1. logical fallacy. Government is supposed to represent the people. But unless you are completely ignorant you realize that doesn't always work out so well...
2. In reality it would be more the definition of a rebel rather than a dictator. The dictator is the one who wants surveillance of everything.
The coins are traceable, but since anyone can make a new wallet at any time and transfer from himself to himself, use VPNs and so on.
Everyone is accountable for their actions to the society in which they live.
Not in a free society. For example, if I decide to produce a good or service and my neighbor decides to purchase that good or service, such voluntary transactions need not be approved by a third party, such as another neighbor down the street or by our government. Government only need be involved to the degree necessary to keep such transactions voluntary and free and to the degree necessary to protect the freedom of all.
That doesn't automatically mean that anything in particular is outlawed or even regulated, but it does mean that anything which has the ability to negatively affect a society may be regulated or outlawed by that society.
Everything that can positively affect society can also negatively affect society. Therefore, if everything that could possibly negatively affect society should be outlawed, very little would be legal and very few would be free, which was my original point. Further, each person will have their own view of what is negative, and by the time we've all had our opinion represented by government, nothing would be legal and no one would be free. That's why the criteria for laws and regulation should be based on protecting individual freedom and liberty, rather than anything that could possibly be negative for society as a whole.
Non sequitur, although perhaps you define "free" as "allowed to do precisely the things I want to do", which brings me back to the dictator complex.
No, I define a free society as a society where individuals are allowed to do as they please provided what they do does not disallow others from doing the same. What is a non sequitur is the idea that being free to pursue life as you wish is inherently considered dictatorial of others -- it is not. By definition, truly free societies are free from dictators of any kind. That's not to say free societies are full of perfect individuals who never impede the freedom of others.

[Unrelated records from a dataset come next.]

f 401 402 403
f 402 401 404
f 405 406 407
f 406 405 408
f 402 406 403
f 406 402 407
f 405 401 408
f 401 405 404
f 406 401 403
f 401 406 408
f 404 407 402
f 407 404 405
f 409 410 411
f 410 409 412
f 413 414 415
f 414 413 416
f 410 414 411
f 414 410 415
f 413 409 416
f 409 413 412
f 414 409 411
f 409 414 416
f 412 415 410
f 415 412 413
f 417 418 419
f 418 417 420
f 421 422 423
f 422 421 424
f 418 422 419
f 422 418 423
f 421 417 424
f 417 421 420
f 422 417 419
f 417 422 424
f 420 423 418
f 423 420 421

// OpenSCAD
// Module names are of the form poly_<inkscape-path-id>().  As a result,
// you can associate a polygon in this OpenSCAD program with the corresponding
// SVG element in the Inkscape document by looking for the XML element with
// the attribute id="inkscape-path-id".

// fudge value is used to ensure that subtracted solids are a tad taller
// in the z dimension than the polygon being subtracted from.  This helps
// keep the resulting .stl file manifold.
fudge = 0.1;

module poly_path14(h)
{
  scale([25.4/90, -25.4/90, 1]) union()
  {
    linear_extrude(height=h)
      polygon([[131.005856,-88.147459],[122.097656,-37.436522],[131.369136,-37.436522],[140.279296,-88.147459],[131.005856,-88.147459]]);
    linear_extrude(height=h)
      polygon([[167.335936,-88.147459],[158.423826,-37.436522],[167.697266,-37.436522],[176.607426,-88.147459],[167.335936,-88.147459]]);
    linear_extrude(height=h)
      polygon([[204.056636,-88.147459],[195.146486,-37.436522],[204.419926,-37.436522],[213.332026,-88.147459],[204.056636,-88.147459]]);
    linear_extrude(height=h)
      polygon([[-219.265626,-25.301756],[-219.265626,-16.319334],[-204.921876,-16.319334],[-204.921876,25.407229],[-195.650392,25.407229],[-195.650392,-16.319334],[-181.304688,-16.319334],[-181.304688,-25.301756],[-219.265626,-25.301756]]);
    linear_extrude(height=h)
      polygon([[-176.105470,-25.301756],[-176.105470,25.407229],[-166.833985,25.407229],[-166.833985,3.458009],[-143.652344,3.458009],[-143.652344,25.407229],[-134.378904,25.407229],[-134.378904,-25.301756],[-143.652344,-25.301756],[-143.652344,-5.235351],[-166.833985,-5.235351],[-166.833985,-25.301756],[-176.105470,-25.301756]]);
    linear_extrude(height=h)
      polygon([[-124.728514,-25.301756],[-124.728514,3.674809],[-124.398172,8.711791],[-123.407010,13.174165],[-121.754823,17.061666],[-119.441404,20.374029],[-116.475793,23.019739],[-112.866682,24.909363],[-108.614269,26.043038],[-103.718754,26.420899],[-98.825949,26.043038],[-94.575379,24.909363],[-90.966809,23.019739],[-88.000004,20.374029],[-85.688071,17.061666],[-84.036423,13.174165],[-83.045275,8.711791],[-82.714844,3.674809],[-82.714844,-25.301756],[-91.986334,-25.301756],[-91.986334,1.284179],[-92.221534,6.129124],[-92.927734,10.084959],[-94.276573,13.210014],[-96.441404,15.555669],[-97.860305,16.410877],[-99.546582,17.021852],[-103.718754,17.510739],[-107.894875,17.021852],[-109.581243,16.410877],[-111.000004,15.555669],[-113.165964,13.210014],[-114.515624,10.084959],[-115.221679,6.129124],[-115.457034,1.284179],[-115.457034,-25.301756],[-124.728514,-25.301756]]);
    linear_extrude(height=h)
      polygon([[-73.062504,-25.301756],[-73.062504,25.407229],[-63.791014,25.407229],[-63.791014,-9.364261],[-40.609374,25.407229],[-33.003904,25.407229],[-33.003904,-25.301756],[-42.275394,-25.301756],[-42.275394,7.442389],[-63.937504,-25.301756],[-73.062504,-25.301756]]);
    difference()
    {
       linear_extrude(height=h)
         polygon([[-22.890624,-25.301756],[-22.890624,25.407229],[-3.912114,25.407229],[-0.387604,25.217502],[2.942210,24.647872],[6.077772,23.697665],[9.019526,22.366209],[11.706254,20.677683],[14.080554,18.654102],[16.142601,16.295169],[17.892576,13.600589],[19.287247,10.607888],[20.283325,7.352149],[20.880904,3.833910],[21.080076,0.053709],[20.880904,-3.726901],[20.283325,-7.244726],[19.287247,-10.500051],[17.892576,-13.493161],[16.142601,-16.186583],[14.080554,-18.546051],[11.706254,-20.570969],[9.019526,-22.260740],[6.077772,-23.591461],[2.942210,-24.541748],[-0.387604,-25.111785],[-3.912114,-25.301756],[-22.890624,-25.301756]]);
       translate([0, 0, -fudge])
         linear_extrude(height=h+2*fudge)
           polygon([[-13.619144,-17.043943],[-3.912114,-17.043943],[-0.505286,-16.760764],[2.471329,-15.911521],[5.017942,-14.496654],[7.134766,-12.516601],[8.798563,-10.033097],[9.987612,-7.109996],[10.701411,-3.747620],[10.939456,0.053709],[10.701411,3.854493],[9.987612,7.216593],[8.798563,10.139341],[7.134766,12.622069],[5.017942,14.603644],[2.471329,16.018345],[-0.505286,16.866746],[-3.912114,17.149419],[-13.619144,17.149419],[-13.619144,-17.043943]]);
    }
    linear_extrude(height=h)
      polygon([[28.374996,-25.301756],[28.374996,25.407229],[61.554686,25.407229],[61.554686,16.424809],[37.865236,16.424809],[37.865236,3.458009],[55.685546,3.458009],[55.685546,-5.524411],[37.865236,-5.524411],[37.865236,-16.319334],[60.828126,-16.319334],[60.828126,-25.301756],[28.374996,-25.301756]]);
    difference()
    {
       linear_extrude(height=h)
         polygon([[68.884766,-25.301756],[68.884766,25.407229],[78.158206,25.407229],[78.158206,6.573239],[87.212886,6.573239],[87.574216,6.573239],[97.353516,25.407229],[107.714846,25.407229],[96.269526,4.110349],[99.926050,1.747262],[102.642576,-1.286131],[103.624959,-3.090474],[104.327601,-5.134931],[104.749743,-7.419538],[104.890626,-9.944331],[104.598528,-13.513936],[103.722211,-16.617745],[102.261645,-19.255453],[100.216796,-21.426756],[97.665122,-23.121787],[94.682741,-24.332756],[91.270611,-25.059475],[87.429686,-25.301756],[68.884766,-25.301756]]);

There is no such utopia under any system. This is where government is necessary.
There is nothing mutually "consenting" about choosing to benefit from a society yet evading the agreed responsibilities which come from living within it.
The rest of society isn't involved in and has no business intruding on a voluntary exchange between consenting adults. If the freedom of one of these parties is violated, they can then petition the rest of society (government) to resolve the situation. Here again, government is only necessary to provide and enforce the framework of freedom and only need be involved in such transactions in order to protect freedom. However, to protect freedom it's not necessary, nor practical, for government to monitor and approve each transaction. Instead, government only need be involved as individuals deem necessary, as they perceive their freedom is violated.
Money laundering is leeching at best, and hiding further harmful activity at worst.
I disagree. The desire for privacy in money is not inherently wrong and does not inherently violate the freedom of others. I believe privacy is fundamental to freedom, and financial privacy is no exception. We already have laws against the harmful activity you cite. Therefore, society is already protected, and additional laws such as those related to so-called money laundering are unnecessary and do more to erode freedom than promote it.
But it should get to regulate all currencies.
In a free society, it's unnecessary for government to directly regulate and manage all currencies. Government can still protect individuals by enforcing contracts and the general laws that protect individuals from misrepresentation, all without the need to regulate currency directly. Government need regulate currency in the same way it regulates a simple IOU note.
Explain.
no, thats you guys
Barter system also dilutes govt hegemony.